Baca berita tanpa iklan. Gabung Kompas.com+

Kami Dianggap Orang Gila...

Kompas.com - 16/06/2010, 15:37 WIB

Oleh Frans Sartono dan Bre Redana

KOMPAS.com Keduanya dianggap ”orang bandel” dalam dunianya masing-masing. Itulah Garin Nugroho dan Yockie Suryoprayogo yang kini tengah menggarap drama musik untuk HUT Ke-45 Harian Kompas berjudul Diana. ”Ini enaknya kerja tanpa beban,” ujar Yockie.

Yockie mengatakan ”kerja tanpa beban” karena dia merasa banyak yang memandang dengan sebelah mata proyek yang mempertemukan dua sosok ini, dirinya sendiri sebagai sutradara musik dan Garin sebagai sutradara. ”Kami sama-sama dianggap sebagai orang gila,” ucap Yockie.

Hanya saja, bersama-sama Yockie dan Garin serta para pemain yang usianya rata-rata jauh di bawah mereka berdua, rasanya menemukan suasana berkarya yang justru tidak melulu mekanis, satu hal yang biasanya memerangkap industri pop. Garin—mungkin dikarenakan pengalaman terlibat dalam proyek-proyek internasional dengan organisasi yang ketat—di luar eksplorasi-eksplorasi kreatifnya sebenarnya seorang organisator yang baik. Dia memiliki tim kerja yang menyistematisasi sesuatu yang sifatnya bebas seperti dalam kerja kreatif menjadi bisa diukur pencapaiannya, dijadwalkan kemajuannya, dan terdeteksi progresnya.

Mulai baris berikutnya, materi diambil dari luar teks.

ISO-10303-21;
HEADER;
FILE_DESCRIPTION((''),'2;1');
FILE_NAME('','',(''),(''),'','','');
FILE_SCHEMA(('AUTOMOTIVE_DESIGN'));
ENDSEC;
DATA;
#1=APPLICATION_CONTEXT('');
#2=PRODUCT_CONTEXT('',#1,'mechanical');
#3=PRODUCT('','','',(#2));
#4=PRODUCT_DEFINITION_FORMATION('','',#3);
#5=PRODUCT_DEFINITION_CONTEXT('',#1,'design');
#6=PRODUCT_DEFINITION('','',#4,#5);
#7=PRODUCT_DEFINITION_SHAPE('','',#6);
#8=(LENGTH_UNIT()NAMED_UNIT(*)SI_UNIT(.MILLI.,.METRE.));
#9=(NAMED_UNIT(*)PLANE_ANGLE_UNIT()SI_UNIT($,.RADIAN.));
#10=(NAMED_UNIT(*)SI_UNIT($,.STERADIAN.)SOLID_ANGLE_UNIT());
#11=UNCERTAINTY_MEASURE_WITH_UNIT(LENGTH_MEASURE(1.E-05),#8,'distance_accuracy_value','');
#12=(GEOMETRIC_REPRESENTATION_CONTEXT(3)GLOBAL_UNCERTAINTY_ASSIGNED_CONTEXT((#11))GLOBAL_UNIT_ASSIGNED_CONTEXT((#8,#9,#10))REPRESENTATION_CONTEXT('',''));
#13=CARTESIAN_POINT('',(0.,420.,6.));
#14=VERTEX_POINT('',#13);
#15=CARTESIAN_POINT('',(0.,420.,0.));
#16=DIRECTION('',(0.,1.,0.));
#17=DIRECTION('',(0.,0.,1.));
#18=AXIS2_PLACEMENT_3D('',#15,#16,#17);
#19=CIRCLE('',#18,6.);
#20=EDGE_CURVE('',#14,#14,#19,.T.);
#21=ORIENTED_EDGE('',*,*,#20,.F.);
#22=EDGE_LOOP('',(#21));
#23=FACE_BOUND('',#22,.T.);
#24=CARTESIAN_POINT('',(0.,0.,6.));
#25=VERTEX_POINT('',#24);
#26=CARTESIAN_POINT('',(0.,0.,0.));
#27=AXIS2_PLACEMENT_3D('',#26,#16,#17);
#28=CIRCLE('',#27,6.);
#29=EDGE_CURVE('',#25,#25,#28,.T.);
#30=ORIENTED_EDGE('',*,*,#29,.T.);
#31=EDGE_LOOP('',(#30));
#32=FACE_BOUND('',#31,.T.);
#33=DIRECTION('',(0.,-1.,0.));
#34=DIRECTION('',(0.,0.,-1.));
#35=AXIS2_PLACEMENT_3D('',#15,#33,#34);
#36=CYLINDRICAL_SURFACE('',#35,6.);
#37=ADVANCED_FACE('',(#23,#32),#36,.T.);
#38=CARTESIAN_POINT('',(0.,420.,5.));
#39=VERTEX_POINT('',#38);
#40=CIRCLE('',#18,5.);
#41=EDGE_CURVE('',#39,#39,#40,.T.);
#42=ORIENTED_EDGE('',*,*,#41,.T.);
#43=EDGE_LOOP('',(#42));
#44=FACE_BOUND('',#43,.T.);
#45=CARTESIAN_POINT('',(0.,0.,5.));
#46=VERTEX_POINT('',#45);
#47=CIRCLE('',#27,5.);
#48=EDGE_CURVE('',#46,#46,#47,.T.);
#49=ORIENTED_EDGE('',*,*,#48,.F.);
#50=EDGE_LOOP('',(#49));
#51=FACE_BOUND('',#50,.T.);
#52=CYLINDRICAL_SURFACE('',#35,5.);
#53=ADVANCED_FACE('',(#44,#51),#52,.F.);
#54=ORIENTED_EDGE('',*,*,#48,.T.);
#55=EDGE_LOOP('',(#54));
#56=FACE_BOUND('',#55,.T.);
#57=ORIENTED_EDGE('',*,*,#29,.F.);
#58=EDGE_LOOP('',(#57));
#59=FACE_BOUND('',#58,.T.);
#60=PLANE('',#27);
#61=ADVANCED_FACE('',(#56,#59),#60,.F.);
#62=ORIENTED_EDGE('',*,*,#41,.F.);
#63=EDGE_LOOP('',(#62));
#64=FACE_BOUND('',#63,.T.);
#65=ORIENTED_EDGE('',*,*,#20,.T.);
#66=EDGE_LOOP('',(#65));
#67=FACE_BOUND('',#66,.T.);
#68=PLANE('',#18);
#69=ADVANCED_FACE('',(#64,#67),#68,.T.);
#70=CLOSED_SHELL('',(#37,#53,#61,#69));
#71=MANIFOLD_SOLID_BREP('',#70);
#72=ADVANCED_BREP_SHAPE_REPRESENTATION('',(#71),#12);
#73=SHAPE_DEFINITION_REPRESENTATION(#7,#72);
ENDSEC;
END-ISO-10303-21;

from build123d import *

# Parameters (mm, degrees)
SKETCH3_R           = 6
SKETCH3_R_2         = 5
BOSS_EXTRUDE2_DEPTH = 420


with BuildPart() as part:
    # Sketch3 → Boss-Extrude2 (new body)
    with BuildSketch(Plane(origin=(0, 0, -4.93715546), x_dir=(1, 0, 0), z_dir=(0, 1, 0))):
        with Locations((0, -4.93715546)):
            Circle(SKETCH3_R)
        with Locations((0, -4.93715546)):
            Circle(SKETCH3_R_2, mode=Mode.SUBTRACT)
    extrude(amount=BOSS_EXTRUDE2_DEPTH)


solid = part.part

Adapun Yockie—pemusik yang punya jejak kuat dalam berbagai eksperimen kreatif dunia pop di tahun 1970-an—bekerja dengan intuisi yang mampu menyentuh aspek-aspek yang sulit dikalkulasi secara industrial. ”Begitu mendengar aransemen yang dibuatnya, kita hanya bisa tercengang, tidak bisa lagi mendeskripsikan,” komentar Garin.

Kenyataannya demikian. Sering tak terduga, sama tak terduganya dengan jadwal kerjanya. Sampai tengah malam, ia masih dengan wine. Begitu memegang keyboard, tanpa ba-bi-bu suasana dramatik yang ada dalam gagasan sutradara terungkap. Begitu pula ketika memandu pemain untuk meniti not-not lagu.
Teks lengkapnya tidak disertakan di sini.